# What's that about?



## WifeyRes (Mar 19, 2012)

So I have moved out of the house n I'm renting a house. So my Soon to be ex hubby doesn't know where I stay for my own safety.
So I decided he will pickup our daughter from the day care center on Fridays n take her to the center on Mondays so I do not see him n also avoid him following me to where I stay cause he seems to be interested about where I stay. So what he does he makes excuses every week on Mondays or Sunday's so I see him this is very annoying n he is not taking any responsibility he only does something for our daughter only when I ask him. Even now he surprisingly forgot the child's fee n he wants me to meet him n I said please transfer the money n he said I deleted your account so I suggested another transfer method that uses cell numbers n he says he doesn't know how to do it. I made it clear that m not going to be able to see him only then he says okay will transfer the money tomorrow. Really?? Not sure if he's playing games n it seriously annoys me what is this all about??


----------



## WifeyRes (Mar 19, 2012)

And I never contact but he seems to be contacting me a lot and he will not call during the day he will call only during nighttime n I will just ignore his calls cause if his excuse is talking to our daughter he can do that earlier than later at night.


----------



## Mr.Fisty (Nov 4, 2014)

I think he is trying to get you back, most likely to get control of you again.

He probably does not see this as done yet, or he may try and make your life hell once he finds out where you live, or ways of contacting you.

Obviously, you need to stay away, and when in contact of any kind, keep it brief and to the point. If he goes off topic, do not answer or acknowledge.


----------



## SamuraiJack (May 30, 2014)

"I,m sorry you feel that way" and "That Doesnt work for me." will become your best phrases to deal with him.


----------



## WifeyRes (Mar 19, 2012)

SamuraiJack said:


> "I,m sorry you feel that way" and "That Doesnt work for me." will become your best phrases to deal with him.


??? Do not understand


----------



## WifeyRes (Mar 19, 2012)

Mr.Fisty said:


> I think he is trying to get you back, most likely to get control of you again.
> 
> He probably does not see this as done yet, or he may try and make your life hell once he finds out where you live, or ways of contacting you.
> 
> Obviously, you need to stay away, and when in contact of any kind, keep it brief and to the point. If he goes off topic, do not answer or acknowledge.

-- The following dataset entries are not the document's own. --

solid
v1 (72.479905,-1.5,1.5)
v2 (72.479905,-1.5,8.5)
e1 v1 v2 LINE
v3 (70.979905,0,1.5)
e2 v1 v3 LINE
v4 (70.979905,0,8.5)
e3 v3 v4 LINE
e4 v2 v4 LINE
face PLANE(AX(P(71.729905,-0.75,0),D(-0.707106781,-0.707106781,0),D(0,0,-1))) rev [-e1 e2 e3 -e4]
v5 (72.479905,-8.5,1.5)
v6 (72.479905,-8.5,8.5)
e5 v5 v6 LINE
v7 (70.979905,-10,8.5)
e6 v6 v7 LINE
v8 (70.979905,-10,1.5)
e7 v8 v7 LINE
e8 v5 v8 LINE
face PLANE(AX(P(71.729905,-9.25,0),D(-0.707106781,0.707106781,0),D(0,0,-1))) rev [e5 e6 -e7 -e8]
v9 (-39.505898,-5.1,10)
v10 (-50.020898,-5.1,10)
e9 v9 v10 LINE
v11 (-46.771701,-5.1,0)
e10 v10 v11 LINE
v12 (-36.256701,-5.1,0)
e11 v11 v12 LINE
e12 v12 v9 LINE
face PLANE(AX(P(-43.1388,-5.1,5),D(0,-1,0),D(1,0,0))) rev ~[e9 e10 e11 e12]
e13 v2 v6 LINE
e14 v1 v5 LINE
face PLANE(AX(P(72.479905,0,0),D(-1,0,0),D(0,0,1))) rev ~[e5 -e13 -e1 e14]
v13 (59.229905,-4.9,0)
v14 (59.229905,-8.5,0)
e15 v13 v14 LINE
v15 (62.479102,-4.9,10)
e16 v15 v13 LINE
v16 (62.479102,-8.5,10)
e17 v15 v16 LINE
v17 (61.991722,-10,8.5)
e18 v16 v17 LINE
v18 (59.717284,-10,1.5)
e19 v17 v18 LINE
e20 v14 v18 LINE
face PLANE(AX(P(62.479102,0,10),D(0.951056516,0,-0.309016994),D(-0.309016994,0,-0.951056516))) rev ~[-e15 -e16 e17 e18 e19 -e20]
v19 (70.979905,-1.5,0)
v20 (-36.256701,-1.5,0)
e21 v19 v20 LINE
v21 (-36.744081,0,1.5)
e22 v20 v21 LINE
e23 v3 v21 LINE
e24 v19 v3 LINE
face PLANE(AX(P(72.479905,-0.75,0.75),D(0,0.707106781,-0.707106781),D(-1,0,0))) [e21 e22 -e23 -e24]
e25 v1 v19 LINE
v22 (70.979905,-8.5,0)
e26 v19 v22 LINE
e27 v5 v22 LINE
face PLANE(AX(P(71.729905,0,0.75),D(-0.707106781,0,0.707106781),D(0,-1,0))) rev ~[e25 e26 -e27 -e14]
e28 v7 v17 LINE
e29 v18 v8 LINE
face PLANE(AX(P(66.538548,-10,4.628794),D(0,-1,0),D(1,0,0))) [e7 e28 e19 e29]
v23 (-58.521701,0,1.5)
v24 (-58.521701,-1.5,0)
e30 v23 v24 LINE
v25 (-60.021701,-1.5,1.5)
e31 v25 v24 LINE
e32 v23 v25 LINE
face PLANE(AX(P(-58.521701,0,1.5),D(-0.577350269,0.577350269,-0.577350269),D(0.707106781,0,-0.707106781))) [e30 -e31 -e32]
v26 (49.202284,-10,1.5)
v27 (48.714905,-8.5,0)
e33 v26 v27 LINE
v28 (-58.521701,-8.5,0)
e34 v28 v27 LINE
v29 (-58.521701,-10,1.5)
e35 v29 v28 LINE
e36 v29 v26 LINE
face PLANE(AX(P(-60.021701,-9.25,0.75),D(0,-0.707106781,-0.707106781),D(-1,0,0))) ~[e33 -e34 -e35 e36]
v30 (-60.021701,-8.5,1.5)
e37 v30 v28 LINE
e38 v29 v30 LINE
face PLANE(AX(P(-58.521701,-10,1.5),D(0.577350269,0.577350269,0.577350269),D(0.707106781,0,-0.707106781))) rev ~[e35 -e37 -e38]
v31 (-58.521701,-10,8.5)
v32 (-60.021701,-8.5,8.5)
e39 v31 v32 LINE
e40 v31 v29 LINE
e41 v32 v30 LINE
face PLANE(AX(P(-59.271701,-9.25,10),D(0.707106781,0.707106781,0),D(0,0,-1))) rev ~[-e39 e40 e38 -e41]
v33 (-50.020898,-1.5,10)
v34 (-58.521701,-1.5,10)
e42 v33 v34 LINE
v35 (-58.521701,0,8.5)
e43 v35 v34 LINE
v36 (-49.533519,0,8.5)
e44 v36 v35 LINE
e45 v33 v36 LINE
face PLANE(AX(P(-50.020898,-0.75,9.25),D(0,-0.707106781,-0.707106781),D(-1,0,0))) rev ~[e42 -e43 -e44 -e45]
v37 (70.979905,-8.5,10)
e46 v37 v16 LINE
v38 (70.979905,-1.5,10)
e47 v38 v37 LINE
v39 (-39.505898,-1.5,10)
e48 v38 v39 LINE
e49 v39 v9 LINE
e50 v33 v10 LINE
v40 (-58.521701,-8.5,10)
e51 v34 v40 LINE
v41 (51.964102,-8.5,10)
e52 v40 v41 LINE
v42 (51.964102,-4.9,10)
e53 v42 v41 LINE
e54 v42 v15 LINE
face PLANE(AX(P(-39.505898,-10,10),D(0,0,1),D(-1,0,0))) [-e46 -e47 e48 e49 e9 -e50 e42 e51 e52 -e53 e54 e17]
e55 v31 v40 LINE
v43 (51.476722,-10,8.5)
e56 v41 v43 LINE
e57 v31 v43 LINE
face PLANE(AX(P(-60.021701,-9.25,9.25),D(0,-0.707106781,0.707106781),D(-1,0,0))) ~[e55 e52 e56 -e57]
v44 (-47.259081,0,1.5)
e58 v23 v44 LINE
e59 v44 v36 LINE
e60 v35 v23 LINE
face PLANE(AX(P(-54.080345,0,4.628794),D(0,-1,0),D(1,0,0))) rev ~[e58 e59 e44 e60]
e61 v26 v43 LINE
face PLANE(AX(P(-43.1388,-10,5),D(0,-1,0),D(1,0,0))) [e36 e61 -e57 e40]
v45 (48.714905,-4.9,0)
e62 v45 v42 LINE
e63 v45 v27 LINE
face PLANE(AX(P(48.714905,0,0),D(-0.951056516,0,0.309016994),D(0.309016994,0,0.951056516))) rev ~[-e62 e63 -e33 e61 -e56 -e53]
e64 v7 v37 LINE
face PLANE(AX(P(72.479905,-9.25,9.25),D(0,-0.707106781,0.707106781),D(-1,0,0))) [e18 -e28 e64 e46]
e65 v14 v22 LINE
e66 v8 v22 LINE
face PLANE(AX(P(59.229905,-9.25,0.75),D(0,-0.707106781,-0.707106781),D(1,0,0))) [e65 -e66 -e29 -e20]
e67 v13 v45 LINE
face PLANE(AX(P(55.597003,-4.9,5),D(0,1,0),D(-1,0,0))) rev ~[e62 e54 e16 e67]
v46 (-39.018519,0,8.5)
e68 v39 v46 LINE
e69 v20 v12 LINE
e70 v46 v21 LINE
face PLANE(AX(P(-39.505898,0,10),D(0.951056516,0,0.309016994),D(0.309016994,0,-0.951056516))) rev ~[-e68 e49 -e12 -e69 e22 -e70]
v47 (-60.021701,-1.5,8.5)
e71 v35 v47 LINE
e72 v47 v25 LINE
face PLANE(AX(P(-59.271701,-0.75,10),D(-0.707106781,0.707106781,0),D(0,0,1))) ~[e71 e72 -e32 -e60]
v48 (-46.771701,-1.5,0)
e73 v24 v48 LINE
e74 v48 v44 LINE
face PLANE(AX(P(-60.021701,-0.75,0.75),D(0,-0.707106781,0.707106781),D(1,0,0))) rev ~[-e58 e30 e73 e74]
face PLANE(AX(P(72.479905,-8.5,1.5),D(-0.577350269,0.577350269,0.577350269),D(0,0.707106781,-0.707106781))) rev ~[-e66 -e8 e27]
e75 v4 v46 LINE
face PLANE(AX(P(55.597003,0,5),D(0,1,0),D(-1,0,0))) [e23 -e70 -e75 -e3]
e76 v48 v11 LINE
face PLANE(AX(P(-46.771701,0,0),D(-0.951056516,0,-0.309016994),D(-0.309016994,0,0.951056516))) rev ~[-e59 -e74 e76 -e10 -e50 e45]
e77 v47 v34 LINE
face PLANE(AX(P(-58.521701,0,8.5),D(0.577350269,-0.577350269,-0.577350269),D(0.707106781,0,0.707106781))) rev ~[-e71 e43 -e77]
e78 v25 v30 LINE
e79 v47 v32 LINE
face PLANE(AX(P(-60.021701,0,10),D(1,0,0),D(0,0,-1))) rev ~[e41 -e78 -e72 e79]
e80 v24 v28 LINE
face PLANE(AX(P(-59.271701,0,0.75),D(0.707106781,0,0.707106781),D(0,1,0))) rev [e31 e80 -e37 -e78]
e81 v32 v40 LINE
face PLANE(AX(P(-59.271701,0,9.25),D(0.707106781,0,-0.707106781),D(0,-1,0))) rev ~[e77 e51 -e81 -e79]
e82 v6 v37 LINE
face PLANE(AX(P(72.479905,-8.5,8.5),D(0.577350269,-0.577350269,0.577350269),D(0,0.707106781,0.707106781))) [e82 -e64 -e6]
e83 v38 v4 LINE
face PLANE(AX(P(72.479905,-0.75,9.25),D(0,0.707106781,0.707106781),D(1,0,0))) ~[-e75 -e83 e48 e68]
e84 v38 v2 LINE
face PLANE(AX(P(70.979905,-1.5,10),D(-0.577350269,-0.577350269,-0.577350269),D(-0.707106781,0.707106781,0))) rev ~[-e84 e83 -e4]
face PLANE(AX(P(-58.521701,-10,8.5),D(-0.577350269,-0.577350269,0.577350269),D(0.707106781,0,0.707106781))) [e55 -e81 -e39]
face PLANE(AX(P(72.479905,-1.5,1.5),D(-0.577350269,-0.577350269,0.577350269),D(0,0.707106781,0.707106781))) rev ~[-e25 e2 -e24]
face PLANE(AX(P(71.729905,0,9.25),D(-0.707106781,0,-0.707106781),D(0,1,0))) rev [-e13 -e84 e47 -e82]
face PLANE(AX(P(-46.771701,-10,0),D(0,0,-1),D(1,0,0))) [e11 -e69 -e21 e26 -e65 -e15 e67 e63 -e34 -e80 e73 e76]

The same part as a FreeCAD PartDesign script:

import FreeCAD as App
import Part
import Sketcher

V = App.Vector
Q = App.Units.Quantity


def edges_at(feature, points):
    """Names of the edges that pass closest to the given points."""
    edges = feature.Shape.Edges
    near = lambda p: min(range(len(edges)), key=lambda i: edges[i].distToShape(Part.Vertex(*p))[0])
    return sorted({f"Edge{near(p) + 1}" for p in points})


def add_polygon(sketch, points):
    """Adds a closed chain of lines whose ends are joined by coincident constraints."""
    first, n = sketch.GeometryCount, len(points)
    for a, b in zip(points, points[1:] + points[:1]):
        sketch.addGeometry(Part.LineSegment(App.Vector(*a, 0), App.Vector(*b, 0)), False)
    for i in range(n):
        sketch.addConstraint(Sketcher.Constraint("Coincident", first + i, 2, first + (i + 1) % n, 1))

doc = App.newDocument("Part")
body = doc.addObject("PartDesign::Body", "Body")

sketch1 = body.newObject("Sketcher::SketchObject", "Sketch")
sketch1.AttachmentSupport = (doc.getObject("XZ_Plane"), [""])
sketch1.MapMode = "FlatFace"
add_polygon(sketch1, [(-60, 10), (-60, 0), (-47, 0), (-50, 10)])
sketch1.addConstraint([
    Sketcher.Constraint("Vertical", 0),
    Sketcher.Constraint("Horizontal", 1),
    Sketcher.Constraint("Horizontal", 3),
    Sketcher.Constraint("PointOnObject", 0, 2, -1),
    Sketcher.Constraint("DistanceY", 0, 2, 0, 1, Q("10 mm")),
    Sketcher.Constraint("Angle", 2, Q("108 deg")),
    Sketcher.Constraint("DistanceX", 1, 1, 1, 2, Q("13.25 mm")),
    Sketcher.Constraint("DistanceX", 0, 2, -1, 1, Q("60.021701 mm")),
])
pad1 = body.newObject("PartDesign::Pad", "Pad")
pad1.Profile = sketch1
pad1.Length = 10
body2 = doc.addObject("PartDesign::Body", "Body001")

sketch2 = body2.newObject("Sketcher::SketchObject", "Sketch001")
sketch2.AttachmentSupport = (doc.getObject("XZ_Plane001"), [""])
sketch2.MapMode = "FlatFace"
add_polygon(sketch2, [(-40, 10), (-36, 0), (49, 0), (52, 10)])
sketch2.addConstraint([
    Sketcher.Constraint("Horizontal", 1),
    Sketcher.Constraint("Horizontal", 3),
    Sketcher.Constraint("PointOnObject", 0, 2, -1),
    Sketcher.Constraint("Equal", 0, 2),
    Sketcher.Constraint("Angle", 0, Q("-72 deg")),
    Sketcher.Constraint("DistanceY", -1, 1, 2, 2, Q("10 mm")),
    Sketcher.Constraint("DistanceX", 3, 2, 3, 1, Q("91.47 mm")),
    Sketcher.Constraint("DistanceX", 0, 2, -1, 1, Q("36.256701 mm")),
])
pad2 = body2.newObject("PartDesign::Pad", "Pad001")
pad2.Profile = sketch2
pad2.Length = 10
body3 = doc.addObject("PartDesign::Body", "Body002")

sketch3 = body3.newObject("Sketcher::SketchObject", "Sketch002")
sketch3.AttachmentSupport = (doc.getObject("XZ_Plane002"), [""])
sketch3.MapMode = "FlatFace"
add_polygon(sketch3, [(62, 10), (59, 0), (72, 0), (72, 10)])
sketch3.addConstraint([
    Sketcher.Constraint("Horizontal", 1),
    Sketcher.Constraint("Vertical", 2),
    Sketcher.Constraint("Horizontal", 3),
    Sketcher.Constraint("PointOnObject", 0, 2, -1),
    Sketcher.Constraint("DistanceY", 2, 1, 2, 2, Q("10 mm")),
    Sketcher.Constraint("Angle", 0, Q("-108 deg")),
    Sketcher.Constraint("DistanceX", 1, 1, 1, 2, Q("13.25 mm")),
    Sketcher.Constraint("DistanceX", -1, 1, 3, 2, Q("62.479102 mm")),
])
pad3 = body3.newObject("PartDesign::Pad", "Pad002")
pad3.Profile = sketch3
pad3.Length = 10
body2.AllowCompound = True
doc.recompute()

boolean = body2.newObject("PartDesign::Boolean", "Boolean")
boolean.Type = "Fuse"
boolean.addObjects([body3])

sketch4 = body2.newObject("Sketcher::SketchObject", "Sketch003")
sketch4.AttachmentSupport = (doc.getObject("XZ_Plane001"), [""])
sketch4.MapMode = "FlatFace"
add_polygon(sketch4, [(52, 10), (62, 10), (59, 0), (49, 0)])
sketch4.addConstraint([
    Sketcher.Constraint("Horizontal", 0),
    Sketcher.Constraint("Horizontal", 2),
    Sketcher.Constraint("PointOnObject", 1, 2, -1),
    Sketcher.Constraint("Parallel", 1, 3),
    Sketcher.Constraint("Angle", 1, Q("-108 deg")),
    Sketcher.Constraint("DistanceY", -1, 1, 0, 2, Q("10 mm")),
    Sketcher.Constraint("DistanceX", 0, 1, 0, 2, Q("10.515 mm")),
    Sketcher.Constraint("DistanceX", -1, 1, 0, 2, Q("62.479102 mm")),
])
pad4 = body2.newObject("PartDesign::Pad", "Pad003")
pad4.Profile = sketch4
pad4.Length = 4.9
body.AllowCompound = True
doc.recompute()

boolean2 = body.newObject("PartDesign::Boolean", "Boolean001")
boolean2.Type = "Fuse"
boolean2.addObjects([body2])

sketch5 = body.newObject("Sketcher::SketchObject", "Sketch004")
sketch5.AttachmentSupport = (doc.getObject("XZ_Plane"), [""])
sketch5.MapMode = "FlatFace"
sketch5.AttachmentOffset = App.Placement(V(0, 0, 10), App.Rotation())
add_polygon(sketch5, [(-40, 10), (-50, 10), (-47, 0), (-36, 0)])
sketch5.addConstraint([
    Sketcher.Constraint("Horizontal", 0),
    Sketcher.Constraint("Horizontal", 2),
    Sketcher.Constraint("PointOnObject", 1, 2, -1),
    Sketcher.Constraint("Parallel", 1, 3),
    Sketcher.Constraint("Angle", 1, Q("-72 deg")),
    Sketcher.Constraint("DistanceY", -1, 1, 0, 2, Q("10 mm")),
    Sketcher.Constraint("DistanceX", 0, 2, 0, 1, Q("10.515 mm")),
    Sketcher.Constraint("DistanceX", 0, 2, -1, 1, Q("50.020898 mm")),
])
pad5 = body.newObject("PartDesign::Pad", "Pad004")
pad5.Profile = sketch5
pad5.Length = 4.9
pad5.Reversed = True
doc.recompute()

chamfer = body.newObject("PartDesign::Chamfer", "Chamfer")
chamfer.Base = (pad5, edges_at(pad5, [
    (-60.022, -5, 10),
    (-60.022, -5, 0),
    (-60.022, 0, 5),
    (-60.022, -10, 5),
    (-55.021, 0, 10),
    (-53.397, 0, 0),
    (-5.653, -10, 0),
    (-4.029, -10, 10),
    (18.112, 0, 0),
    (65.855, -10, 0),
    (67.48, -10, 10),
    (72.48, -10, 5),
    (72.48, -5, 0),
    (72.48, 0, 5),
    (72.48, -5, 10),
    (16.487, 0, 10),
]))
chamfer.Size = 1.5

doc.recompute()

Maybe I should do that I cannot let him control me not again.


----------



## Mr.Fisty (Nov 4, 2014)

WifeyRes said:


> ??? Do not understand



Pretty much, it is brushing him off, while seeming like you acknowledge his feelings.

For instance, he texts you and states that he loves you and really misses you.

You respond with, I am sorry you feel that way. Then end it there.


----------



## Pluto2 (Aug 17, 2011)

Or he says, I have to meet you to transfer more money (for something he probably could have done on his own)- you reply "That doesn't work for me."

It helps. When my ex was having a crazy fit about having to pay me ANY child support, and I mean crazy, yelling, screaming, arms-waiving, threatening to take me to court-fit, I replied "I'm sorry you feel that way."
It drove him crazy that I would not engage him, but then I didn't have to engage him. I could chose, or not chose, to have yet another mind-numbing argument with a crazy man. I chose not to.
You can too. It might take a little practice, but honestly, it helps.


----------